** Exercise details **
Reproduce precisely the lines of the listing below, starting with the line that contains "#66=AXIS2_PLACEMENT_3D('',#29,#17,#36);" and stopping after the line that contains "#75=CARTESIAN_POINT('',(25.4,53.8724,25.4));"; include nothing else.

** Data records **
━━━━

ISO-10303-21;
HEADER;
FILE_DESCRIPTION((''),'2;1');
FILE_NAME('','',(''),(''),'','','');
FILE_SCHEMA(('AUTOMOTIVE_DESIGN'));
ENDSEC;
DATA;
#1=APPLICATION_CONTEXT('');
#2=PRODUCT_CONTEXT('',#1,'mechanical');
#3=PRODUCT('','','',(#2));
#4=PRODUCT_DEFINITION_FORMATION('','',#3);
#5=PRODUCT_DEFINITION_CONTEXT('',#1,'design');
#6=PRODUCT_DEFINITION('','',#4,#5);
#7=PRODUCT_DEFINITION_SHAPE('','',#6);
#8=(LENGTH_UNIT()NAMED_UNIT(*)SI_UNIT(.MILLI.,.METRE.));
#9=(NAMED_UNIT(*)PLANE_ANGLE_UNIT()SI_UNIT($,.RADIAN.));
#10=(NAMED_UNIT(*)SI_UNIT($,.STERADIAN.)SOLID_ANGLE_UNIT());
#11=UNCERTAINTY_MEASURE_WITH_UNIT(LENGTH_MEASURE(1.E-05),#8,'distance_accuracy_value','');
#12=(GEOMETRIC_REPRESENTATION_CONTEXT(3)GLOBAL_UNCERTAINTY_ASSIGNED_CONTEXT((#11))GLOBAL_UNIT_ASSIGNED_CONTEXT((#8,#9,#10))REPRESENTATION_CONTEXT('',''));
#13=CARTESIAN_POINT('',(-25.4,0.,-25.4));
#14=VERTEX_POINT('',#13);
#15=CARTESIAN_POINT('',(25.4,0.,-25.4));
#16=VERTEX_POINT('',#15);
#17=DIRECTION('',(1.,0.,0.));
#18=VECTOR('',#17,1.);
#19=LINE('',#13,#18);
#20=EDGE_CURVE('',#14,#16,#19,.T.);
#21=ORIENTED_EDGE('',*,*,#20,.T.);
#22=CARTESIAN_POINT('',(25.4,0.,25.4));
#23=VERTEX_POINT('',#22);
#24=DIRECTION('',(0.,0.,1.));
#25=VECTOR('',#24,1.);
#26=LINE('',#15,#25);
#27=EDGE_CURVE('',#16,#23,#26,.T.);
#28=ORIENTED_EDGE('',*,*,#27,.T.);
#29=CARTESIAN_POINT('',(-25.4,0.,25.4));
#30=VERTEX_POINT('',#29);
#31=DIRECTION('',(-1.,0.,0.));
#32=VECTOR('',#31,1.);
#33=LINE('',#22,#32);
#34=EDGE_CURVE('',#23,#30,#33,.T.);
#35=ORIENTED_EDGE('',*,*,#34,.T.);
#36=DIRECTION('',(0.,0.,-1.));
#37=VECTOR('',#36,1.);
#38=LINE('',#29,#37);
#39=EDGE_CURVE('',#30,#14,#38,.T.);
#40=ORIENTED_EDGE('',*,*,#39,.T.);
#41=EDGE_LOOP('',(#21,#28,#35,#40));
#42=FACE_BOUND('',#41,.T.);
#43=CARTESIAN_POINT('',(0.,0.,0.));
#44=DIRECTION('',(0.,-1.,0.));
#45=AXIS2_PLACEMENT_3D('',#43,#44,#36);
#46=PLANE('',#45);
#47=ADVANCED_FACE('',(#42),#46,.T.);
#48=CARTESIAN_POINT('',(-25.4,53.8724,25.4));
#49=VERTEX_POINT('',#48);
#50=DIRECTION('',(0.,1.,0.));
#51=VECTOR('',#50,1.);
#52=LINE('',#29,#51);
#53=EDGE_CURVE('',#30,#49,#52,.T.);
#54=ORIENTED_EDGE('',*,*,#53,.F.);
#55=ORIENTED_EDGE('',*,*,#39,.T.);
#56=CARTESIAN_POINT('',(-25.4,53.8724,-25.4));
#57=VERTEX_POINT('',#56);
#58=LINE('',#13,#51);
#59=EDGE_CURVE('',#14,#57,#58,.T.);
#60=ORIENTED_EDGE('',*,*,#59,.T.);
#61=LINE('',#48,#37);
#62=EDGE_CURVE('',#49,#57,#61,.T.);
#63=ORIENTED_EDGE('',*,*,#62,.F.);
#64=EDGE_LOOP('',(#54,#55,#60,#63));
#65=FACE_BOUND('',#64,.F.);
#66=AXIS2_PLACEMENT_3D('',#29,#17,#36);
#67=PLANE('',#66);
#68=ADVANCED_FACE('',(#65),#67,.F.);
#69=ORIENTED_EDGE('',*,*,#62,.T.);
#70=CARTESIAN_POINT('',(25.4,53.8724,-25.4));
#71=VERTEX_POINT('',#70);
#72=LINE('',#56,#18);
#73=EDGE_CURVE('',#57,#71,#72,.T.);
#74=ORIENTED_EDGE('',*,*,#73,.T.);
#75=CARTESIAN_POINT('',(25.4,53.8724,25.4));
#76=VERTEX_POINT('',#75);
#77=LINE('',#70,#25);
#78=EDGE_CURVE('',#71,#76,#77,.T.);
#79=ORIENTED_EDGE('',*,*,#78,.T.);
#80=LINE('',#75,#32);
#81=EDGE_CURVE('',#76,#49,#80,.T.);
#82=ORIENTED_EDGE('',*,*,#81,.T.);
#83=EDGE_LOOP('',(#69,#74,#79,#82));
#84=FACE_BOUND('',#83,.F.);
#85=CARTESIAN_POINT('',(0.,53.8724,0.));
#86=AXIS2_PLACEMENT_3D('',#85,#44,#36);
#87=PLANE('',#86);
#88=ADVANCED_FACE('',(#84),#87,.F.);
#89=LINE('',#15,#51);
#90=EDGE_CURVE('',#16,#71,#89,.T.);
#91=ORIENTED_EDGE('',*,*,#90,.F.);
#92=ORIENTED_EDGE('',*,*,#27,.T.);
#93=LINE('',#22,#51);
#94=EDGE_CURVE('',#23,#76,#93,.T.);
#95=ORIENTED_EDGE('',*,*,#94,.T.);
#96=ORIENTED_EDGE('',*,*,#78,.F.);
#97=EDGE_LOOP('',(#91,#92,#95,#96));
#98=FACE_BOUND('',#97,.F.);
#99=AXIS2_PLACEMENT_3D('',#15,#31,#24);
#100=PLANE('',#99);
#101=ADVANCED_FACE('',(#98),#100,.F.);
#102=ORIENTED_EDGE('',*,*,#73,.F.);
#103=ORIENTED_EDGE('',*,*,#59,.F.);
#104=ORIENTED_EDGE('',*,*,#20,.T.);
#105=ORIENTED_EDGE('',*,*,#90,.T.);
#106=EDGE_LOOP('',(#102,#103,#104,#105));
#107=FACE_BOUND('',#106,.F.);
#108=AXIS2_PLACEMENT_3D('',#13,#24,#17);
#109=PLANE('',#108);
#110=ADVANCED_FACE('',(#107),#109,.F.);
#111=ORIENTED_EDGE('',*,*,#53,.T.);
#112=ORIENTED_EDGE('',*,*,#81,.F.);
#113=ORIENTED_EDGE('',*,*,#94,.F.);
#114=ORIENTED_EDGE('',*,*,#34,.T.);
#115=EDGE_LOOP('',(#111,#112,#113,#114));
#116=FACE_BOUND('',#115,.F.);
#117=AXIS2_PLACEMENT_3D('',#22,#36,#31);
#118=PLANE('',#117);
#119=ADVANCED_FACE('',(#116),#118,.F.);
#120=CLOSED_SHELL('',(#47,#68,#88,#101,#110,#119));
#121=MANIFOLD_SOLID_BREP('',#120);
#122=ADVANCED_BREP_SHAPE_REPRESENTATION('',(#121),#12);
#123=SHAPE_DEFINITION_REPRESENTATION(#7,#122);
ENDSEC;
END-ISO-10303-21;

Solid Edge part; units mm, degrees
sketch "Sketch1" plane through (0, 0, 0) normal (1, 0, 0) x (0, 1, 0)
  line L0 (0, 0) -> (53.8724, 0)
sketch "Sketch2" plane through (0, 0, 0) normal (0, -1, 0) x (1, 0, 0)
  line L0 (25.4, -25.4) -> (25.4, 25.4)
  line L1 (25.4, 25.4) -> (-25.4, 25.4)
  line L2 (-25.4, 25.4) -> (-25.4, -25.4)
  line L3 (-25.4, -25.4) -> (25.4, -25.4)
  dimension "D1" = 50.8
sweep "Protrusion_1" add profiles "Sketch2" path "Sketch1"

━━━━

** Exercise response **
#66=AXIS2_PLACEMENT_3D('',#29,#17,#36);
#67=PLANE('',#66);
#68=ADVANCED_FACE('',(#65),#67,.F.);
#69=ORIENTED_EDGE('',*,*,#62,.T.);
#70=CARTESIAN_POINT('',(25.4,53.8724,-25.4));
#71=VERTEX_POINT('',#70);
#72=LINE('',#56,#18);
#73=EDGE_CURVE('',#57,#71,#72,.T.);
#74=ORIENTED_EDGE('',*,*,#73,.T.);
#75=CARTESIAN_POINT('',(25.4,53.8724,25.4));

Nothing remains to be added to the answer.